Oral candidiasis causes concern with whitish spots on the gums,  painful sores on the tongue and persistent jams in the corners of the lips. Most often, these phenomena are observed in those who smoke or do not carefully monitor oral hygiene, as well as in those who use orthodontic appliances to align the dentition or correct the bite, wear dentures. Inflamed lesions usually require local treatment, but sometimes serious systemic therapy is required.

 

Activation of fungi of the genus Candida can occur in the oral cavity in children due to the immaturity of their mucous membrane, as well as in adults due to the following reasons:

  • allergies, blood diseases, immunodeficiency conditions;
  • pregnancy, hormonal disorders;
  • high carbohydrate diet;
  • long-term antibiotic use;
  • vitamin C deficiency, group B;
  • smoking.

Symptoms and characteristics of oral candidiasis

Foci of inflammation can be located on the mucous surfaces of the cheeks, palate, gums, on the tongue, in the corners of the mouth.
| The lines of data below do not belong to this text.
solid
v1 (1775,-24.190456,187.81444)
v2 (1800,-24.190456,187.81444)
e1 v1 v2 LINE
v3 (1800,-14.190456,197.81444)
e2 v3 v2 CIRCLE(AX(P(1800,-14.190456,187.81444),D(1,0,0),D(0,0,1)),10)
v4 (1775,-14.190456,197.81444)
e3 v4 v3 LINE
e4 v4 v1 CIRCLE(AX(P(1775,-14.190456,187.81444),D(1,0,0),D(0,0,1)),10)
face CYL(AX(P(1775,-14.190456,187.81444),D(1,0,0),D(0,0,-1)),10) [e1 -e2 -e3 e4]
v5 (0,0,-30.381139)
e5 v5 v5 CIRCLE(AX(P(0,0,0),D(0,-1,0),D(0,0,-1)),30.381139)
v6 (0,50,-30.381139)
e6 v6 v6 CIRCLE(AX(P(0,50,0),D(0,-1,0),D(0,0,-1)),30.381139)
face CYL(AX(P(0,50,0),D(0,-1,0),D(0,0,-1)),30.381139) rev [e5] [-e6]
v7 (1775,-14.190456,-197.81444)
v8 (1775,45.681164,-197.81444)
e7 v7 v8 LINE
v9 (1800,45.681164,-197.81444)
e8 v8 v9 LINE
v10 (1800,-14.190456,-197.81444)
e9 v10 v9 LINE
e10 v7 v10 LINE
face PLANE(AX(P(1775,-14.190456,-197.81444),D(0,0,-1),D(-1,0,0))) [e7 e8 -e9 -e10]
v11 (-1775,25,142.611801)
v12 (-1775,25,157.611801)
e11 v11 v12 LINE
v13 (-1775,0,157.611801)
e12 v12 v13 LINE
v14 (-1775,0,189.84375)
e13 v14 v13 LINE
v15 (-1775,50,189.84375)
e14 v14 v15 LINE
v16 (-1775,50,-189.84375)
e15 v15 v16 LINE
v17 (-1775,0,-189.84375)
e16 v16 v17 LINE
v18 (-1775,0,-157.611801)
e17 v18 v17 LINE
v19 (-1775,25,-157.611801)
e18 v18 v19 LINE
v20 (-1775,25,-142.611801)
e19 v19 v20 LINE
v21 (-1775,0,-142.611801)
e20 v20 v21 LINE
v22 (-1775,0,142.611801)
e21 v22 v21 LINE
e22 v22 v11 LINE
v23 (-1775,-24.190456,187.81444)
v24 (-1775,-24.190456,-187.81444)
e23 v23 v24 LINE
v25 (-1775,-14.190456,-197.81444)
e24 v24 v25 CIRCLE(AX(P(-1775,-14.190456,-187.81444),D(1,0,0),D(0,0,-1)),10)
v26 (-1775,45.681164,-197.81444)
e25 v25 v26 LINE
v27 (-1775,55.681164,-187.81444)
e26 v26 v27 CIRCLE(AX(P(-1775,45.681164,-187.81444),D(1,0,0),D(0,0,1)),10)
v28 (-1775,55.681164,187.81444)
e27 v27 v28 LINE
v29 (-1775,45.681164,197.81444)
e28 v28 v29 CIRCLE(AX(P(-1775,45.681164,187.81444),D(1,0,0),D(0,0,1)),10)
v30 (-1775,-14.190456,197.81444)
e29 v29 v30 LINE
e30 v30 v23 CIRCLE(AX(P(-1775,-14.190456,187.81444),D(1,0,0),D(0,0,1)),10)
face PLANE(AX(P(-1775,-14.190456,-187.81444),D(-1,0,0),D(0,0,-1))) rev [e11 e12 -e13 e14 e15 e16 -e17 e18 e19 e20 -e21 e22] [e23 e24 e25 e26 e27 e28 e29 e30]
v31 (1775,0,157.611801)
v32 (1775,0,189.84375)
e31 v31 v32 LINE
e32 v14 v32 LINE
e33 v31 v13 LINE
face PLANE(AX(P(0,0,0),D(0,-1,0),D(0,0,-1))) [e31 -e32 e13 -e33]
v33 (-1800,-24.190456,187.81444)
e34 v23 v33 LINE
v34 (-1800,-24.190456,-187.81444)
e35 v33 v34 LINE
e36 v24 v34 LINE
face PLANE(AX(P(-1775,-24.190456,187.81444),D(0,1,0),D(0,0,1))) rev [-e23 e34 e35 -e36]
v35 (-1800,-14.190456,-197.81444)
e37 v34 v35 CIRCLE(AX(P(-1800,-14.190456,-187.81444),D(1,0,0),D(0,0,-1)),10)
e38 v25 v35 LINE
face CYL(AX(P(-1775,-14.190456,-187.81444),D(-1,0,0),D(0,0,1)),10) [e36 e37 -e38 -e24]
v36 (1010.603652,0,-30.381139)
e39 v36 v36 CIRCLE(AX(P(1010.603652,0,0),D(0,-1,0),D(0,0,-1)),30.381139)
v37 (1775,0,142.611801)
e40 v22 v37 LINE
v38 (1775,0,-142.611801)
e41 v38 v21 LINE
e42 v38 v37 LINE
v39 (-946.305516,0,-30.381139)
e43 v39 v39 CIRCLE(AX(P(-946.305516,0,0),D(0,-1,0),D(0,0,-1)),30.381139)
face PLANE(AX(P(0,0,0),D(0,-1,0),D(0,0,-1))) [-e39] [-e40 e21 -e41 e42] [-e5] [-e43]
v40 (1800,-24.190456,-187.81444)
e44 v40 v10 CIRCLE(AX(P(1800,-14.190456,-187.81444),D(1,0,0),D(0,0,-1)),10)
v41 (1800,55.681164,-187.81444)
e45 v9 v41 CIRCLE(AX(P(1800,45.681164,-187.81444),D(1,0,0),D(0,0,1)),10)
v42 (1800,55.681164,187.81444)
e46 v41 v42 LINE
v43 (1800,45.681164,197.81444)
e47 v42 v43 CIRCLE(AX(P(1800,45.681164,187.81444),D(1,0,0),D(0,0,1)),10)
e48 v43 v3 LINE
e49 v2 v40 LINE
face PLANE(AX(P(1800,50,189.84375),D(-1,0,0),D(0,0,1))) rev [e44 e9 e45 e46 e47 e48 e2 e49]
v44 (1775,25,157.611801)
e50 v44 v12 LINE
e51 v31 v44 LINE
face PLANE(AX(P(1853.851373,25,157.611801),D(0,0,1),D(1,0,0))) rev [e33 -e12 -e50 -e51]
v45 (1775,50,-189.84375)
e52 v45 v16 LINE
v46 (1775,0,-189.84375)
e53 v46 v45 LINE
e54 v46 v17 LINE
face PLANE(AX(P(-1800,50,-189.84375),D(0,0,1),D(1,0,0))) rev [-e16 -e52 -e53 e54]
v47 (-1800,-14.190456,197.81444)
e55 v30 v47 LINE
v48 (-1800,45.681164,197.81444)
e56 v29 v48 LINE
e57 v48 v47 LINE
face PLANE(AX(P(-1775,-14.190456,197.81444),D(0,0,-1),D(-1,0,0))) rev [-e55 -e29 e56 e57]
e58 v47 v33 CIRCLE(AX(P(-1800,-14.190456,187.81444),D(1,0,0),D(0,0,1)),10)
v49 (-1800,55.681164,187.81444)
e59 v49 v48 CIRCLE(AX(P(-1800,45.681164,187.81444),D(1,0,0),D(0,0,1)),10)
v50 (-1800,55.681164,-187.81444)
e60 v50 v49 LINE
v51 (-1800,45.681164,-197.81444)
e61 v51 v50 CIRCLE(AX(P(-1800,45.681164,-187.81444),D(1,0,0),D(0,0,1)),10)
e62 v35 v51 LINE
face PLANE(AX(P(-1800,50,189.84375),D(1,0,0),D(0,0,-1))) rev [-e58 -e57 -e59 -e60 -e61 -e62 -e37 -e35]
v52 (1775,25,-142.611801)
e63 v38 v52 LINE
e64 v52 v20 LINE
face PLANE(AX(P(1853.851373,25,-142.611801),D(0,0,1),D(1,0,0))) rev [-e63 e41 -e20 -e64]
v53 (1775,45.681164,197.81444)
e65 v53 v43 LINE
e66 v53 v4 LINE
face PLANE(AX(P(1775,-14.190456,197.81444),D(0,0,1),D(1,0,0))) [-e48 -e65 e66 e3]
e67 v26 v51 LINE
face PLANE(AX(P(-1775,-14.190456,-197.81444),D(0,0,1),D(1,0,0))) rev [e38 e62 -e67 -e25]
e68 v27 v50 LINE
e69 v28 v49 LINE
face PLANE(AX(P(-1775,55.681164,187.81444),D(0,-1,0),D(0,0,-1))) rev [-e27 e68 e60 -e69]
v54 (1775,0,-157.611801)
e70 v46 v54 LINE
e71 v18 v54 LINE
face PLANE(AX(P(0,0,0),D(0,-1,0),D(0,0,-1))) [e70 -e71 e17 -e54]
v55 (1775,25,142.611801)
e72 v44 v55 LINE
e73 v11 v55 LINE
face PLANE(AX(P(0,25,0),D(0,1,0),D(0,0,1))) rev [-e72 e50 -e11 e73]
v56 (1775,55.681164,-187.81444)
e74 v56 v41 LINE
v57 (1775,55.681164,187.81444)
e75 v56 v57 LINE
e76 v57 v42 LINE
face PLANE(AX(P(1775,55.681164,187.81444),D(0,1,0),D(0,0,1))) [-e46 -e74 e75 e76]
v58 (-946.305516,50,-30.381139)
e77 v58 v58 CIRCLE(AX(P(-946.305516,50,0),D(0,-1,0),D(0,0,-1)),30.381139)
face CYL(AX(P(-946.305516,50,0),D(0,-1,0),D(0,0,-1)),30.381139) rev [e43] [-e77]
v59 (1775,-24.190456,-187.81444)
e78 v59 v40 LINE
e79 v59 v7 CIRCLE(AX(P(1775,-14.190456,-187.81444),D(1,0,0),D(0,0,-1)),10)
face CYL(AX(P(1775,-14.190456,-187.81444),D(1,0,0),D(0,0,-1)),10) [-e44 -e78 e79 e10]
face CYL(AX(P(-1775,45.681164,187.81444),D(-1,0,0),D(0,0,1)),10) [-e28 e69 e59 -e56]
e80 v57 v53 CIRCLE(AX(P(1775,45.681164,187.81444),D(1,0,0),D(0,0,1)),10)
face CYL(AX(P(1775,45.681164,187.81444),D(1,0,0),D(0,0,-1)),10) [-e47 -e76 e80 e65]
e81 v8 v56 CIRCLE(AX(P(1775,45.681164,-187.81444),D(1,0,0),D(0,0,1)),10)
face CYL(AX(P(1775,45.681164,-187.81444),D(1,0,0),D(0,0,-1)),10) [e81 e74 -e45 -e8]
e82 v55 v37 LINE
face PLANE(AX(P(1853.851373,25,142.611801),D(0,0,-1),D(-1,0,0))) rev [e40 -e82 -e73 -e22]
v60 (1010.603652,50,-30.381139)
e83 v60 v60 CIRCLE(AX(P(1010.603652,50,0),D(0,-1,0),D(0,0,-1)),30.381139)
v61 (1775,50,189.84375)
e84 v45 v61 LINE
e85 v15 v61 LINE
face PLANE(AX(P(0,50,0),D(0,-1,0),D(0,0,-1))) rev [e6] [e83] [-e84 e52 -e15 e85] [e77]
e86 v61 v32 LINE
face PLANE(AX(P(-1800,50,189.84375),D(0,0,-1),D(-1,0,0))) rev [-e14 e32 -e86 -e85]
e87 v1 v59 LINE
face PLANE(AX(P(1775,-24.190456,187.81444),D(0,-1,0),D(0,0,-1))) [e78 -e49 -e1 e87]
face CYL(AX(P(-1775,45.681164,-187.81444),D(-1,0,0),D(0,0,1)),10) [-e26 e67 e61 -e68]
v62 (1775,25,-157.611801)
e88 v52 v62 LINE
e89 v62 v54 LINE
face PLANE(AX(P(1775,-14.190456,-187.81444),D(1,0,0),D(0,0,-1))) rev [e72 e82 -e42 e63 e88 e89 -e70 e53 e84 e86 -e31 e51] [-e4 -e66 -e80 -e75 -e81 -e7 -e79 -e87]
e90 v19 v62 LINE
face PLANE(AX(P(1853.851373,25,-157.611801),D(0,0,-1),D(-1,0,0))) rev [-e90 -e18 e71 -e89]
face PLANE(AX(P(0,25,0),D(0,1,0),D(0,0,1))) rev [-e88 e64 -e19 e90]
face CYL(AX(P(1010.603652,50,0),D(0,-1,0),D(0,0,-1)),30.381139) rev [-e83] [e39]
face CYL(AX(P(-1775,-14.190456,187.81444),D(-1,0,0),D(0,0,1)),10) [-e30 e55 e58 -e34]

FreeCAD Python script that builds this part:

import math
import FreeCAD as App
import Part
import Sketcher
from FreeCAD import Vector

doc = App.newDocument("Part")
body = doc.addObject("PartDesign::Body", "Body")

# Sketch on XZ plane
sketch1 = body.newObject("Sketcher::SketchObject", "Sketch")
sketch1.AttachmentSupport = (doc.getObject("XZ_Plane"), [""])
sketch1.MapMode = "FlatFace"
sketch1.addGeometry([
    Part.LineSegment(Vector(-1800, -190, 0), Vector(-1800, 190, 0)),
    Part.LineSegment(Vector(-1800, 190, 0), Vector(1800, 190, 0)),
    Part.LineSegment(Vector(1800, 190, 0), Vector(1800, -190, 0)),
    Part.LineSegment(Vector(1800, -190, 0), Vector(-1800, -190, 0)),
], False)
sketch1.addConstraint([
    Sketcher.Constraint("Coincident", 0, 2, 1, 1),
    Sketcher.Constraint("Coincident", 1, 2, 2, 1),
    Sketcher.Constraint("Coincident", 2, 2, 3, 1),
    Sketcher.Constraint("Coincident", 3, 2, 0, 1),
    Sketcher.Constraint("Vertical", 0),
    Sketcher.Constraint("Horizontal", 1),
    Sketcher.Constraint("Vertical", 2),
    Sketcher.Constraint("Horizontal", 3),
    Sketcher.Constraint("Symmetric", 0, 2, 2, 2, -1, 1),
    Sketcher.Constraint("DistanceX", 1, 1, 1, 2, 3600.0),
    Sketcher.Constraint("DistanceY", 0, 1, 0, 2, 379.6875),
])
pad1 = body.newObject("PartDesign::Pad", "Pad")
pad1.Profile = sketch1
pad1.Length = 50
pad1.Reversed = True

# Sketch on XZ plane
sketch2 = body.newObject("Sketcher::SketchObject", "Sketch001")
sketch2.AttachmentSupport = (doc.getObject("XZ_Plane"), [""])
sketch2.MapMode = "FlatFace"
sketch2.addGeometry([
    Part.LineSegment(Vector(-1800, 158, 0), Vector(-1800, 143, 0)),  # 0
    Part.LineSegment(Vector(-1800, 143, 0), Vector(1854, 143, 0)),  # 1
    Part.LineSegment(Vector(1854, 143, 0), Vector(1854, 158, 0)),  # 2
    Part.LineSegment(Vector(1854, 158, 0), Vector(-1800, 158, 0)),  # 3
    Part.LineSegment(Vector(-1800, -143, 0), Vector(-1800, -158, 0)),  # 4
    Part.LineSegment(Vector(-1800, -158, 0), Vector(1854, -158, 0)),  # 5
    Part.LineSegment(Vector(1854, -158, 0), Vector(1854, -143, 0)),  # 6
A characteristic sign of oral candidiasis are whitish plaques with clear edges, tightly adjacent to the mucous membrane. If such a plaque is removed, an erymatous base will be found under it, and sometimes even erosion and ulceration.

Sometimes whitish plaques may be absent, but the patient complains of pain in the mouth, and when examining the oral cavity, there is severe erythema, atrophy of the mucous membranes.

Smokers often have hyperplastic plaques on the cheek or tongue. Which cannot be scraped off. Inflammation on the surface of the tongue is also associated with candidiasis, accompanied by pain and loss of sensation.

In patients wearing dentures, oral candidiasis is manifested by dark red erythema of the gums and hard palate, atrophy of the epithelium and edema. Jams in the corners of the lips are often associated with candidiasis of the oral cavity – the skin in these places turns red, cracks and causes severe pain.

 

Recommendations for the treatment of oral candidiasis

General therapeutic recommendations for oral candidiasis come down, first of all, to the elimination of predisposing factors – hygiene of dentures and orthodontic appliances, oral hygiene, abstinence from smoking or at least reducing the number of cigarettes smoked.

Oral candidiasis is treated with topical nystatin suspension and oral gel with ketoconazole. Lip sores are treated with topical antifungals.

If the disease is persistent, with severe painful manifestations, systemic antifungal agents are used. It should be remembered that their disadvantages are potential toxicity (ketoconazole) and the possible development of clinical resistance (fluconazole), as well as cross-interaction with other drugs.

Patients should be reminded to strengthen their immune system and avoid traumatic factors that can cause inflammation in the oral cavity and contribute to the development of candidiasis.